Task goal ▸ Copy whichever lines of the data hold the word "TORUS".

Extracted data entries ▸
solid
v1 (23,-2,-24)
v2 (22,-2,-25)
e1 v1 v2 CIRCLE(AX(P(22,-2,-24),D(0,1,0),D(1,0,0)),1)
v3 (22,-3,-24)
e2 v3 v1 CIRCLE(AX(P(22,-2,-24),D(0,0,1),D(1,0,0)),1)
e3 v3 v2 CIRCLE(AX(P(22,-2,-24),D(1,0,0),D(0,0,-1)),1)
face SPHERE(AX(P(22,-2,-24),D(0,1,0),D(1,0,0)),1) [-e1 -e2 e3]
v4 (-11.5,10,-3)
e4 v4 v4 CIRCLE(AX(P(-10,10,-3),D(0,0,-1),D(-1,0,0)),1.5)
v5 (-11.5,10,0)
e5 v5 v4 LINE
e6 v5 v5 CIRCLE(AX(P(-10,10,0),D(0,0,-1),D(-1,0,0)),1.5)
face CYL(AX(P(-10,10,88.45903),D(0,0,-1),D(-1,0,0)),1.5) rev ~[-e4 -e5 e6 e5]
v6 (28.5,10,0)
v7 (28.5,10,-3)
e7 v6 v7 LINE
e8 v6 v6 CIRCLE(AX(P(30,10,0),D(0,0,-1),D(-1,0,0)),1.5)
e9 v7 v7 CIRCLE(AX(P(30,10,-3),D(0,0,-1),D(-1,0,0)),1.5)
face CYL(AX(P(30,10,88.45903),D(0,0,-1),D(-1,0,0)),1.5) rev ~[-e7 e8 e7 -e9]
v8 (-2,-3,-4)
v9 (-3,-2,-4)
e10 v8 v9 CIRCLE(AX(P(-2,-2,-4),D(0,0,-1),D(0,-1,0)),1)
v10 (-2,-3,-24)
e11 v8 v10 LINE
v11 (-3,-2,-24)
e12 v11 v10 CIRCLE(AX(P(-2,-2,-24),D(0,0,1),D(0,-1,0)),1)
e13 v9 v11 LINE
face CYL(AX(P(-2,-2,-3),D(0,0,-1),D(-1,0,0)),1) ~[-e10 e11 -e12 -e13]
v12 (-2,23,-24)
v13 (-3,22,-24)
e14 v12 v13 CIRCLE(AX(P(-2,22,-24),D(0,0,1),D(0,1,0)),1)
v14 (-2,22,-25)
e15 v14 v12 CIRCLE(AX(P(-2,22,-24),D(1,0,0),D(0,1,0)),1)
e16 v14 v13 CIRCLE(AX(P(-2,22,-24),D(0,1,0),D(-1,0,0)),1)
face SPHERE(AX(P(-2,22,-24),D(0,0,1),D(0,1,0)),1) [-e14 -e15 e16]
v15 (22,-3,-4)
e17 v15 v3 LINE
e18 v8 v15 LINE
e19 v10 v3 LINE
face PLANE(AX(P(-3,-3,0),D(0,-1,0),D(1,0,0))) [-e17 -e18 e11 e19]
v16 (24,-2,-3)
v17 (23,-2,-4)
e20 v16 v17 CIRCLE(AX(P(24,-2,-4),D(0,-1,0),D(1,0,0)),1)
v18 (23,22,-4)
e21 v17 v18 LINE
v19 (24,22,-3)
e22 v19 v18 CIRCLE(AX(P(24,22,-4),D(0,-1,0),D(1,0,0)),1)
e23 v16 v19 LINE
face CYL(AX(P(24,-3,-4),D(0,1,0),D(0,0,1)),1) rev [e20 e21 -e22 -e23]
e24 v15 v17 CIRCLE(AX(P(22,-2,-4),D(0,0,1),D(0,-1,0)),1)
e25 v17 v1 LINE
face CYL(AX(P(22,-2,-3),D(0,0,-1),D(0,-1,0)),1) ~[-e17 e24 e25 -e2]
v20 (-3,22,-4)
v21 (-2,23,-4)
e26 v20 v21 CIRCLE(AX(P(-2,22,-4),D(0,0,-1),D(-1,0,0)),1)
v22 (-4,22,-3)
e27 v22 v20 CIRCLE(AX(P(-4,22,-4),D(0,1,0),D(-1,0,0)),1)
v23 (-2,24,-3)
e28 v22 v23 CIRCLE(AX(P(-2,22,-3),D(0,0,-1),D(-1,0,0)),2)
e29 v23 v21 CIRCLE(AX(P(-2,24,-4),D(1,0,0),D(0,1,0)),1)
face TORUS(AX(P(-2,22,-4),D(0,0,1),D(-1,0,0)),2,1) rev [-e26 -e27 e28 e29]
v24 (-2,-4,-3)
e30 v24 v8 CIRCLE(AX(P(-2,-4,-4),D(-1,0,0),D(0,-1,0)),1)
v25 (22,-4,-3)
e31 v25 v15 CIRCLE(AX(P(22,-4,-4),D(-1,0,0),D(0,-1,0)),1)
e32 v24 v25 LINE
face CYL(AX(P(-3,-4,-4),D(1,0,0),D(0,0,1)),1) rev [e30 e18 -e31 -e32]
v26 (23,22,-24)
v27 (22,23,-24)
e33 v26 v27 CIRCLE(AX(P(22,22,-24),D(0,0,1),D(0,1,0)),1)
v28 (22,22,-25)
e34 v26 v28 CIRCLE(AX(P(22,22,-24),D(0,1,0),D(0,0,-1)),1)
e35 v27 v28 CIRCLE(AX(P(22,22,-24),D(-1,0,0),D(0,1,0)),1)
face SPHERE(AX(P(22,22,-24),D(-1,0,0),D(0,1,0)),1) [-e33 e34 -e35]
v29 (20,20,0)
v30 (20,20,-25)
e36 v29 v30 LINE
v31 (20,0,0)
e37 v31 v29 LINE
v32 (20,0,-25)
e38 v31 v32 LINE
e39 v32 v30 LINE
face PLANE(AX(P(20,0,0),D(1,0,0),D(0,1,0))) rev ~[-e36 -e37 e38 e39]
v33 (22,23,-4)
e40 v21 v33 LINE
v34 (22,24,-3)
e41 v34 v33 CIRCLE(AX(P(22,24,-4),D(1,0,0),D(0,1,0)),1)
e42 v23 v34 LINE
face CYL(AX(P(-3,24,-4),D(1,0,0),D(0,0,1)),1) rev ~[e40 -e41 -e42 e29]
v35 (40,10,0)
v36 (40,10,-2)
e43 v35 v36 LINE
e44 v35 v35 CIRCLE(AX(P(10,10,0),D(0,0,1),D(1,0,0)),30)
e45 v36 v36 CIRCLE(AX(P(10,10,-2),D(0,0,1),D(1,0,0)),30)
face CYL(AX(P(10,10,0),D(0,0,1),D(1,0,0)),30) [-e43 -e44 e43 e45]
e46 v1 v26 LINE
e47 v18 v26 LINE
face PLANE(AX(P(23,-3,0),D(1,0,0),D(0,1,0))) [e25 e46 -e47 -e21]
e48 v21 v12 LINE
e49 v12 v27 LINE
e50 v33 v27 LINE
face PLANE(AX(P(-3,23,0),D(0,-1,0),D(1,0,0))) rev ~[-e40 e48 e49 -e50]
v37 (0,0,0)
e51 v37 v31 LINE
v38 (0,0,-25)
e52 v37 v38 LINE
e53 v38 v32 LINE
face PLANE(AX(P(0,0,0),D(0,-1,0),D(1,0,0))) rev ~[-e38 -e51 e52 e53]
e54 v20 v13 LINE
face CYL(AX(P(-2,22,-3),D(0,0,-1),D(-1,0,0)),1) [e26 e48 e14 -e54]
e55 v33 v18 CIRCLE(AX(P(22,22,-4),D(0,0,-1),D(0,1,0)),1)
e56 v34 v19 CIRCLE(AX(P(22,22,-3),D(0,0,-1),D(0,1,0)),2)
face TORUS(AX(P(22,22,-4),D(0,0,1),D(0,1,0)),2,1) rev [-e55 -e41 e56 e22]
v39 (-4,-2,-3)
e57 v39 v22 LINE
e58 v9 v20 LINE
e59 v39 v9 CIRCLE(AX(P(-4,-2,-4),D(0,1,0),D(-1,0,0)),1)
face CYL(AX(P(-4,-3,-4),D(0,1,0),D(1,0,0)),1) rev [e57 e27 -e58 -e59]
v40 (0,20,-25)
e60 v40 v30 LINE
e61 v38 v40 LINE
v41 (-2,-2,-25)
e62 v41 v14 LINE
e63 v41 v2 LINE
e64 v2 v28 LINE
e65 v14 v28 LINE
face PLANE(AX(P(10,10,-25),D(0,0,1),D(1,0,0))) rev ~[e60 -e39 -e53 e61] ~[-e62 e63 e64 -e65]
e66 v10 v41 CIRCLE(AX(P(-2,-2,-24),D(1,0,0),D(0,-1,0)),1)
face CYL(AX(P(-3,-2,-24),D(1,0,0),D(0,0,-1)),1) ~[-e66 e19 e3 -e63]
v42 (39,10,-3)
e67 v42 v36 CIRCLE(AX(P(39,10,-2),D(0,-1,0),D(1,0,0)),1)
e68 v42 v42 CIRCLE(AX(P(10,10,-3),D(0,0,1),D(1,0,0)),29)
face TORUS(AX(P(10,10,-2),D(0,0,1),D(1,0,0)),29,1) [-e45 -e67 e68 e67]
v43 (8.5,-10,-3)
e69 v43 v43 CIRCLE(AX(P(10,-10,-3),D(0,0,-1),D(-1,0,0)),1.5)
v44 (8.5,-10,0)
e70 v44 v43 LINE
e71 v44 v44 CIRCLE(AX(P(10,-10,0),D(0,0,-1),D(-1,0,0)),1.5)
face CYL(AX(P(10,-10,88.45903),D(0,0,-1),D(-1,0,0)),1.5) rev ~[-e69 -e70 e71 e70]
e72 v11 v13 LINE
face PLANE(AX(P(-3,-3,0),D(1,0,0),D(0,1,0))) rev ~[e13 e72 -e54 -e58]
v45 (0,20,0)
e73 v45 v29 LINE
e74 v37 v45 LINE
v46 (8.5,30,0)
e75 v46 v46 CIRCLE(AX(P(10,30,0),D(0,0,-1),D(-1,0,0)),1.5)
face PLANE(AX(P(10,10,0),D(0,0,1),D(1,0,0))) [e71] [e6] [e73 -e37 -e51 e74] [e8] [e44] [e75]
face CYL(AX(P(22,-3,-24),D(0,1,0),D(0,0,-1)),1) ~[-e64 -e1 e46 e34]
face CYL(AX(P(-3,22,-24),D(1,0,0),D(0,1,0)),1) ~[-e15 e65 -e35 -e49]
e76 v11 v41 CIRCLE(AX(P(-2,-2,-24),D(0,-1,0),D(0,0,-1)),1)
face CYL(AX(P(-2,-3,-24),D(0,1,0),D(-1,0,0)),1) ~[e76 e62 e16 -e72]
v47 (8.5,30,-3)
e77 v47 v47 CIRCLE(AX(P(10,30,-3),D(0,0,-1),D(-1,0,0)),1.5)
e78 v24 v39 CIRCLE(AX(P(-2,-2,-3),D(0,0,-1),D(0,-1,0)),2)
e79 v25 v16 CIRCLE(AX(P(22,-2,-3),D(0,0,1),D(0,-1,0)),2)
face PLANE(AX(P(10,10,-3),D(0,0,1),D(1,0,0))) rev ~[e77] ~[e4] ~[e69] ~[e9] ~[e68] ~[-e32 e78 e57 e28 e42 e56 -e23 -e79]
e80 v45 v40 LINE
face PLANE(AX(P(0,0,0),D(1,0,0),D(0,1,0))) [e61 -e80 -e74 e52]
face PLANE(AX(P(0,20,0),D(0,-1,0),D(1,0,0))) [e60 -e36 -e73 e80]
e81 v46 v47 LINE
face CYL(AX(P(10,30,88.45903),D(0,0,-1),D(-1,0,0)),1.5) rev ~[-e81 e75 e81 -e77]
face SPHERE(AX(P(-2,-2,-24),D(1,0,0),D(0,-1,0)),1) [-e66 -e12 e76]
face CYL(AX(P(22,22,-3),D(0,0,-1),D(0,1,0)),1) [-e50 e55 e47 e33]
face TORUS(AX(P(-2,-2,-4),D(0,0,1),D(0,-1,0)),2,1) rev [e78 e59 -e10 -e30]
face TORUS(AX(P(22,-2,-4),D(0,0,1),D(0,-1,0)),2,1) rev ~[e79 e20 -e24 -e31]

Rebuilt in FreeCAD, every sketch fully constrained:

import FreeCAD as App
import Part
import Sketcher
from FreeCAD import Vector


def edges_at(feature, points):
    """Names of the edges that pass closest to the given points."""
    edges = feature.Shape.Edges
    near = lambda p: min(range(len(edges)), key=lambda i: edges[i].distToShape(Part.Vertex(*p))[0])
    return sorted({f"Edge{near(p) + 1}" for p in points})


def add_polygon(sketch, points):
    """Adds a closed chain of lines whose ends are joined by coincident constraints."""
    first, n = sketch.GeometryCount, len(points)
    for a, b in zip(points, points[1:] + points[:1]):
        sketch.addGeometry(Part.LineSegment(App.Vector(*a, 0), App.Vector(*b, 0)), False)
    for i in range(n):
        sketch.addConstraint(Sketcher.Constraint("Coincident", first + i, 2, first + (i + 1) % n, 1))

doc = App.newDocument("Part")
params = doc.addObject("Spreadsheet::Sheet", "Params")
for row, (alias, value) in enumerate([
    ("sketch1_diameter", "60 mm"),
    ("sketch1_width", "26 mm"),
    ("pad1_length", "3 mm"),
    ("sketch2_width", "26 mm"),
    ("sketch2_width2", "20 mm"),
    ("pad2_length", "25 mm"),
    ("fillet_radius", "1 mm"),
    ("sketch3_diameter", "3 mm"),
    ("hole_diameter", "3 mm"),
], start=1):
    params.set(f"A{row}", alias)
    params.set(f"B{row}", "=" + value)
    params.setAlias(f"B{row}", alias)

body = doc.addObject("PartDesign::Body", "Body")

# Sketch on XY plane
sketch1 = body.newObject("Sketcher::SketchObject", "Sketch")
sketch1.AttachmentSupport = (doc.getObject("XY_Plane"), [""])
sketch1.MapMode = "FlatFace"
sketch1.addGeometry(Part.Circle(Vector(10, 10, 0), Vector(0, 0, 1), 30), False)  # 0
add_polygon(sketch1, [(23, -3), (-3, -3), (-3, 23), (23, 23)])  # lines 1-4
sketch1.addConstraint([
    Sketcher.Constraint("Horizontal", 1),
    Sketcher.Constraint("Vertical", 2),
    Sketcher.Constraint("Horizontal", 3),
    Sketcher.Constraint("Vertical", 4),
    Sketcher.Constraint("Equal", 3, 2),
    Sketcher.Constraint("Diameter", 0, 60.0),
    Sketcher.Constraint("DistanceX", 1, 2, 1, 1, 26.0),
    Sketcher.Constraint("DistanceX", -1, 1, 0, 3, 10.0),
    Sketcher.Constraint("DistanceY", -1, 1, 0, 3, 10.0),
    Sketcher.Constraint("DistanceX", 1, 2, -1, 1, 3.0),
    Sketcher.Constraint("DistanceY", 1, 2, -1, 1, 3.0),
])
sketch1.setExpression("Constraints[9]", "Params.sketch1_diameter")
sketch1.setExpression("Constraints[10]", "Params.sketch1_width")
pad1 = body.newObject("PartDesign::Pad", "Pad")
pad1.Profile = sketch1
pad1.setExpression("Length", "Params.pad1_length")
pad1.Reversed = True

# Sketch on XY plane
sketch2 = body.newObject("Sketcher::SketchObject", "Sketch001")
sketch2.AttachmentSupport = (doc.getObject("XY_Plane"), [""])
sketch2.MapMode = "FlatFace"
add_polygon(sketch2, [(-3, 23), (-3, -3), (23, -3), (23, 23)])  # lines 0-3
add_polygon(sketch2, [(20, 0), (0, 0), (0, 20), (20, 20)])  # lines 4-7
sketch2.addConstraint([
    Sketcher.Constraint("Vertical", 0),
    Sketcher.Constraint("Horizontal", 1),
    Sketcher.Constraint("Vertical", 2),
    Sketcher.Constraint("Horizontal", 3),
    Sketcher.Constraint("Horizontal", 4),
    Sketcher.Constraint("Vertical", 5),
    Sketcher.Constraint("Horizontal", 6),
    Sketcher.Constraint("Vertical", 7),
    Sketcher.Constraint("Coincident", 4, 2, -1, 1),
    Sketcher.Constraint("Equal", 3, 0),
    Sketcher.Constraint("Equal", 6, 5),
    Sketcher.Constraint("DistanceX", 1, 1, 1, 2, 26.0),
    Sketcher.Constraint("DistanceX", 4, 2, 4, 1, 20.0),
    Sketcher.Constraint("DistanceX", 0, 2, -1, 1, 3.0),
    Sketcher.Constraint("DistanceY", 0, 2, -1, 1, 3.0),
])
sketch2.setExpression("Constraints[19]", "Params.sketch2_width")
sketch2.setExpression("Constraints[20]", "Params.sketch2_width2")
pad2 = body.newObject("PartDesign::Pad", "Pad001")
pad2.Profile = sketch2
pad2.setExpression("Length", "Params.pad2_length")
pad2.Reversed = True
doc.recompute()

Expected answer ▸
face TORUS(AX(P(-2,22,-4),D(0,0,1),D(-1,0,0)),2,1) rev [-e26 -e27 e28 e29]
face TORUS(AX(P(22,22,-4),D(0,0,1),D(0,1,0)),2,1) rev [-e55 -e41 e56 e22]
face TORUS(AX(P(10,10,-2),D(0,0,1),D(1,0,0)),29,1) [-e45 -e67 e68 e67]
face TORUS(AX(P(-2,-2,-4),D(0,0,1),D(0,-1,0)),2,1) rev [e78 e59 -e10 -e30]
face TORUS(AX(P(22,-2,-4),D(0,0,1),D(0,-1,0)),2,1) rev ~[e79 e20 -e24 -e31]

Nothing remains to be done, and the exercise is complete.